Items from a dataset
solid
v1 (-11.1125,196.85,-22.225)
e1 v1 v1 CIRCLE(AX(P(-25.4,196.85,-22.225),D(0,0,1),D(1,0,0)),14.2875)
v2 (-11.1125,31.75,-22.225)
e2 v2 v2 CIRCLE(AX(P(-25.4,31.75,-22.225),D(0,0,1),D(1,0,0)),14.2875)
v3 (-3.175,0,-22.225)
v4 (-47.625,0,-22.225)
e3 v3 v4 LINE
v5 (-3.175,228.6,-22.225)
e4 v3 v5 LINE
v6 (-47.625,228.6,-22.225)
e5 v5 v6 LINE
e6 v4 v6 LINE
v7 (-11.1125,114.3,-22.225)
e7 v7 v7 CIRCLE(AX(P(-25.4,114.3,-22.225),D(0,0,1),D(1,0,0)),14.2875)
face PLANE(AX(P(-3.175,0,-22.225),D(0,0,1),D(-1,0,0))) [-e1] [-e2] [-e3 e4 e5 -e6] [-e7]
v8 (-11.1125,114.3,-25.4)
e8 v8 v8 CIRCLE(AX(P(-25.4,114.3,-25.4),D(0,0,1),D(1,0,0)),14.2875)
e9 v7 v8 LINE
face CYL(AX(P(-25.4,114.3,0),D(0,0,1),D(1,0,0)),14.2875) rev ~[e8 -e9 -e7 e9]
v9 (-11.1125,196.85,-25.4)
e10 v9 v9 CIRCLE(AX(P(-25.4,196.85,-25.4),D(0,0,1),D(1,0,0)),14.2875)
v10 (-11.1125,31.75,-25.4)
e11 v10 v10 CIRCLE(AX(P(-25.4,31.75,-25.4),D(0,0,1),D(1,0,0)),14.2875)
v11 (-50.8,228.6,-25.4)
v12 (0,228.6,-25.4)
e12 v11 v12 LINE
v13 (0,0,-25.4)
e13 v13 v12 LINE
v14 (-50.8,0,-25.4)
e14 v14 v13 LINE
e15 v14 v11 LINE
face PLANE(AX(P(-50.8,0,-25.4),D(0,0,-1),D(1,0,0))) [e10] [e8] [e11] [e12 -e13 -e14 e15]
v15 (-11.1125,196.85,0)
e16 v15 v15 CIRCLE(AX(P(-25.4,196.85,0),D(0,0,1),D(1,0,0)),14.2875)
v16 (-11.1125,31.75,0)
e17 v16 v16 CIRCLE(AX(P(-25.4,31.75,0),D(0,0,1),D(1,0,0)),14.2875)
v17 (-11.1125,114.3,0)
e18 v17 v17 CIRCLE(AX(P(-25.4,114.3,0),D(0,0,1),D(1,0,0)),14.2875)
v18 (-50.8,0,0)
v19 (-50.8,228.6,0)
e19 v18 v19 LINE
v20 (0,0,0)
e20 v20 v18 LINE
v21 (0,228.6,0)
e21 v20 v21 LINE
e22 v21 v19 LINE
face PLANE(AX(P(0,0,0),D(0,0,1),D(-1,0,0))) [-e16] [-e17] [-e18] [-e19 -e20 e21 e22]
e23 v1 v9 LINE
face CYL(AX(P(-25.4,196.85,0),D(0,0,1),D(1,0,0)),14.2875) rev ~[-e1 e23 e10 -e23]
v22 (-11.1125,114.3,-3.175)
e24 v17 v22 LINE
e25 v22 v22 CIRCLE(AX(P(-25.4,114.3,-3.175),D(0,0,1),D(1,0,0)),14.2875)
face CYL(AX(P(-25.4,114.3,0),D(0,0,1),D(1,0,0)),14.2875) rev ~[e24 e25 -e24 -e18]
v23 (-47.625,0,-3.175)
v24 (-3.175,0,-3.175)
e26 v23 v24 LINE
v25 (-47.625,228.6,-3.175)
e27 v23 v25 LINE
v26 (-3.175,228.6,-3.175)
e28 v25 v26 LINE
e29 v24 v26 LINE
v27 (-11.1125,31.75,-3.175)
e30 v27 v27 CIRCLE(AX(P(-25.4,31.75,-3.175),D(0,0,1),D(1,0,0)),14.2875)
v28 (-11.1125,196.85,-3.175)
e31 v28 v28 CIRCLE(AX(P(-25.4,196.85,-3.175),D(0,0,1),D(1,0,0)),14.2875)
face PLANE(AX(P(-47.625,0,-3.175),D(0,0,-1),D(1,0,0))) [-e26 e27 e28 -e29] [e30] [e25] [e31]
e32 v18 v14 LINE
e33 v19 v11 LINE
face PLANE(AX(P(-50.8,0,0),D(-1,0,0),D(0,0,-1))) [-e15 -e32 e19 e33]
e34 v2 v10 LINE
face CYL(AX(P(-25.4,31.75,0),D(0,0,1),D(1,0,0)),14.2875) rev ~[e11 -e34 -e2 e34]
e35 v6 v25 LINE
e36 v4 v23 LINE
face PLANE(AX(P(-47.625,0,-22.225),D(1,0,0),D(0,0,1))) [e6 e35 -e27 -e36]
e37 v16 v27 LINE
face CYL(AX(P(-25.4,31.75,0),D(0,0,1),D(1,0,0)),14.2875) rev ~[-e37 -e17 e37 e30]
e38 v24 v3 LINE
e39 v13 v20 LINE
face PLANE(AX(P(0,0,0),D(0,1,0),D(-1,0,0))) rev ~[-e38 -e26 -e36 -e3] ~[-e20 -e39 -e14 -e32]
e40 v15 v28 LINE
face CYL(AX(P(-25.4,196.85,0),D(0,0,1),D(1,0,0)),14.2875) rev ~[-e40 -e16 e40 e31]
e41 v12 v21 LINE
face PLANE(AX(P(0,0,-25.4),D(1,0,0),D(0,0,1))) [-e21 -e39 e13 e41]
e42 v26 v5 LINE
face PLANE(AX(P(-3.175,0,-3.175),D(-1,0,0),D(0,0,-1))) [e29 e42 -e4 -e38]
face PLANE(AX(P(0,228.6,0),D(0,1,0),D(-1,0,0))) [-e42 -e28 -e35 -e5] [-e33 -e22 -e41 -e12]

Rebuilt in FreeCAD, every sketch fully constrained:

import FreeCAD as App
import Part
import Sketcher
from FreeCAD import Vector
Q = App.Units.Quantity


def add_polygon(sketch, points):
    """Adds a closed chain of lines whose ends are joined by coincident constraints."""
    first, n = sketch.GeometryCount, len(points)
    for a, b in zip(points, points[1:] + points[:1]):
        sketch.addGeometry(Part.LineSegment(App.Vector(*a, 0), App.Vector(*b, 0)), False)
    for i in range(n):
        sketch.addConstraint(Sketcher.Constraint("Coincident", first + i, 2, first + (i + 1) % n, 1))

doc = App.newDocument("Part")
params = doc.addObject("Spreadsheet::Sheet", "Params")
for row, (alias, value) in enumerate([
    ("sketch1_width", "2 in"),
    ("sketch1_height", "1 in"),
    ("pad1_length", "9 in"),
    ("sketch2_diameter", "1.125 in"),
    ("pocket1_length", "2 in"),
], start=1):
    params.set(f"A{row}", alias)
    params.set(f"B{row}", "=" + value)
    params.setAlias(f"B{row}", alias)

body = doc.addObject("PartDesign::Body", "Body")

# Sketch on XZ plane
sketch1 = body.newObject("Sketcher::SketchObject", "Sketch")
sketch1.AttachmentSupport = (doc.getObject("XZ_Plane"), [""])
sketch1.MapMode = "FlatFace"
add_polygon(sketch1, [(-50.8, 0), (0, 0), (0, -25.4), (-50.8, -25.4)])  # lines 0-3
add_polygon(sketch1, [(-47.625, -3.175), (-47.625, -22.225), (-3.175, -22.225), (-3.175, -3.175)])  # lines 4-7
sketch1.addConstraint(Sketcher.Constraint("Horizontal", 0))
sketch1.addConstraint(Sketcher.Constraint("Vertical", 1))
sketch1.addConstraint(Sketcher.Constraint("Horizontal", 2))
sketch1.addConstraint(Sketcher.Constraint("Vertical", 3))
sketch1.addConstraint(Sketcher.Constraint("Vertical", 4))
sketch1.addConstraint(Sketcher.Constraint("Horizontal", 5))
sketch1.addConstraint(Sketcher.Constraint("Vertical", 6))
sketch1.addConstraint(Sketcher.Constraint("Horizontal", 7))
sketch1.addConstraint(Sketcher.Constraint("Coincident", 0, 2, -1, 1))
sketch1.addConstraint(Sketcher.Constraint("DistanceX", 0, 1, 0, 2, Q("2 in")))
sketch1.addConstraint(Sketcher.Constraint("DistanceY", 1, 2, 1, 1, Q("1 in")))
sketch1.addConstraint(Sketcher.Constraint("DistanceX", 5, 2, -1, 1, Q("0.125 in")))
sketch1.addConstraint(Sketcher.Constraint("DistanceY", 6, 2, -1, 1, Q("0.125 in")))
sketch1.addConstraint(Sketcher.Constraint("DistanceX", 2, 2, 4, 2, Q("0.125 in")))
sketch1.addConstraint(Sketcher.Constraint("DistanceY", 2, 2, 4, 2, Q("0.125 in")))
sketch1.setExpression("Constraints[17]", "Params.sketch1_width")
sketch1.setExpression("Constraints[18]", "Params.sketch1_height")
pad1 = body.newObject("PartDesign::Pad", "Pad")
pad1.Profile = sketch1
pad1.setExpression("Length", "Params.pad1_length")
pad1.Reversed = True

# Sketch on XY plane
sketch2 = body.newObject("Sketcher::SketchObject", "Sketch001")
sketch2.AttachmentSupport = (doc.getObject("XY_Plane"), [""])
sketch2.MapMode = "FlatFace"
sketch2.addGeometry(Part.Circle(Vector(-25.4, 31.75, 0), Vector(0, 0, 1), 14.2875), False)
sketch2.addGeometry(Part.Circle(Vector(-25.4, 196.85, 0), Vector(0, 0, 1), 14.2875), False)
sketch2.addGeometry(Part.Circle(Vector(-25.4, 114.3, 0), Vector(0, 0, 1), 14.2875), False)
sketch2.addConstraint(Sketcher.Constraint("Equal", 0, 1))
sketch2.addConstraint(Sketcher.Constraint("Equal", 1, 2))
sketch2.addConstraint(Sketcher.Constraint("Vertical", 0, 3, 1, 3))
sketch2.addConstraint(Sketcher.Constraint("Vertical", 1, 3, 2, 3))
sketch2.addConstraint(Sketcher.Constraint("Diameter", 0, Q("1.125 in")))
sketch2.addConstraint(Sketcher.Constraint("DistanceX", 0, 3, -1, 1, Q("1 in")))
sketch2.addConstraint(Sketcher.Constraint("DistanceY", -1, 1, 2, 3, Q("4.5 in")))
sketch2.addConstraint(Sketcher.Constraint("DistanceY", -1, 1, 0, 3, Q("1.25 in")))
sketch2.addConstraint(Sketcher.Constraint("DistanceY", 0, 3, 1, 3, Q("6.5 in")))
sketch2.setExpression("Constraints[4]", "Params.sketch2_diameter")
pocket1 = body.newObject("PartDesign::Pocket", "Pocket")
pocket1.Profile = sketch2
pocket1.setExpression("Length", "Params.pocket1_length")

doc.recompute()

* _HOW TO COMPLETE THIS TASK_
Where the data above reaches the line holding "e26 v23 v24 LINE", begin printing, and stop after the line holding "e33 v19 v11 LINE". Each line must be reproduced exactly, with nothing else added.

* _OUTPUT OF THE EXERCISE_
e26 v23 v24 LINE
v25 (-47.625,228.6,-3.175)
e27 v23 v25 LINE
v26 (-3.175,228.6,-3.175)
e28 v25 v26 LINE
e29 v24 v26 LINE
v27 (-11.1125,31.75,-3.175)
e30 v27 v27 CIRCLE(AX(P(-25.4,31.75,-3.175),D(0,0,1),D(1,0,0)),14.2875)
v28 (-11.1125,196.85,-3.175)
e31 v28 v28 CIRCLE(AX(P(-25.4,196.85,-3.175),D(0,0,1),D(1,0,0)),14.2875)
face PLANE(AX(P(-47.625,0,-3.175),D(0,0,-1),D(1,0,0))) [-e26 e27 e28 -e29] [e30] [e25] [e31]
e32 v18 v14 LINE
e33 v19 v11 LINE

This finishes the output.